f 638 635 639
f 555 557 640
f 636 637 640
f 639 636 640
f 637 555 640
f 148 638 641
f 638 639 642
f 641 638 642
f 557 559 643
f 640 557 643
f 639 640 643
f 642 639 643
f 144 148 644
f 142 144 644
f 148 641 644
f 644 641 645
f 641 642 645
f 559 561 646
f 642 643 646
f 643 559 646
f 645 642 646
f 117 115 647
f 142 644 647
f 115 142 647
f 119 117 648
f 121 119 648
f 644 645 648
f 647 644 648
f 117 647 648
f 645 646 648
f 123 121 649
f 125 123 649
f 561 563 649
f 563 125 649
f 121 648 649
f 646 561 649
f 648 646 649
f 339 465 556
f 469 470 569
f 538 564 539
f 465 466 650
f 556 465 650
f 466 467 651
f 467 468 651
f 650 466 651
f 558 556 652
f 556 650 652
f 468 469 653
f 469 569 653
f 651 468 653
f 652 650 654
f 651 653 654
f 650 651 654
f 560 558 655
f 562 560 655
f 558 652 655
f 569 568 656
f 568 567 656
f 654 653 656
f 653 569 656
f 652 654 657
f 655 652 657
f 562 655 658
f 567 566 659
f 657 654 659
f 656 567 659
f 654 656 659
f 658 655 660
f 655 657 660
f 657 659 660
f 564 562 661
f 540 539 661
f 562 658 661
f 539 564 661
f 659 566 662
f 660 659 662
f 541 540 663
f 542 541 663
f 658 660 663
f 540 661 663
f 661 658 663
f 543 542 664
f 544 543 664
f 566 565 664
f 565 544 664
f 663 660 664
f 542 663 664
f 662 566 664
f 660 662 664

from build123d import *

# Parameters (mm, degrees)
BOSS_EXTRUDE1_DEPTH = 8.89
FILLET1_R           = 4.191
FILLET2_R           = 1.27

* _Exercise objective_
Return the final stretch of the listing exactly, starting with the line that contains "f 539 564 661" and ending with the last line.

* _Task answer_
f 539 564 661
f 659 566 662
f 660 659 662
f 541 540 663
f 542 541 663
f 658 660 663
f 540 661 663
f 661 658 663
f 543 542 664
f 544 543 664
f 566 565 664
f 565 544 664
f 663 660 664
f 542 663 664
f 662 566 664
f 660 662 664

from build123d import *

# Parameters (mm, degrees)
BOSS_EXTRUDE1_DEPTH = 8.89
FILLET1_R           = 4.191
FILLET2_R           = 1.27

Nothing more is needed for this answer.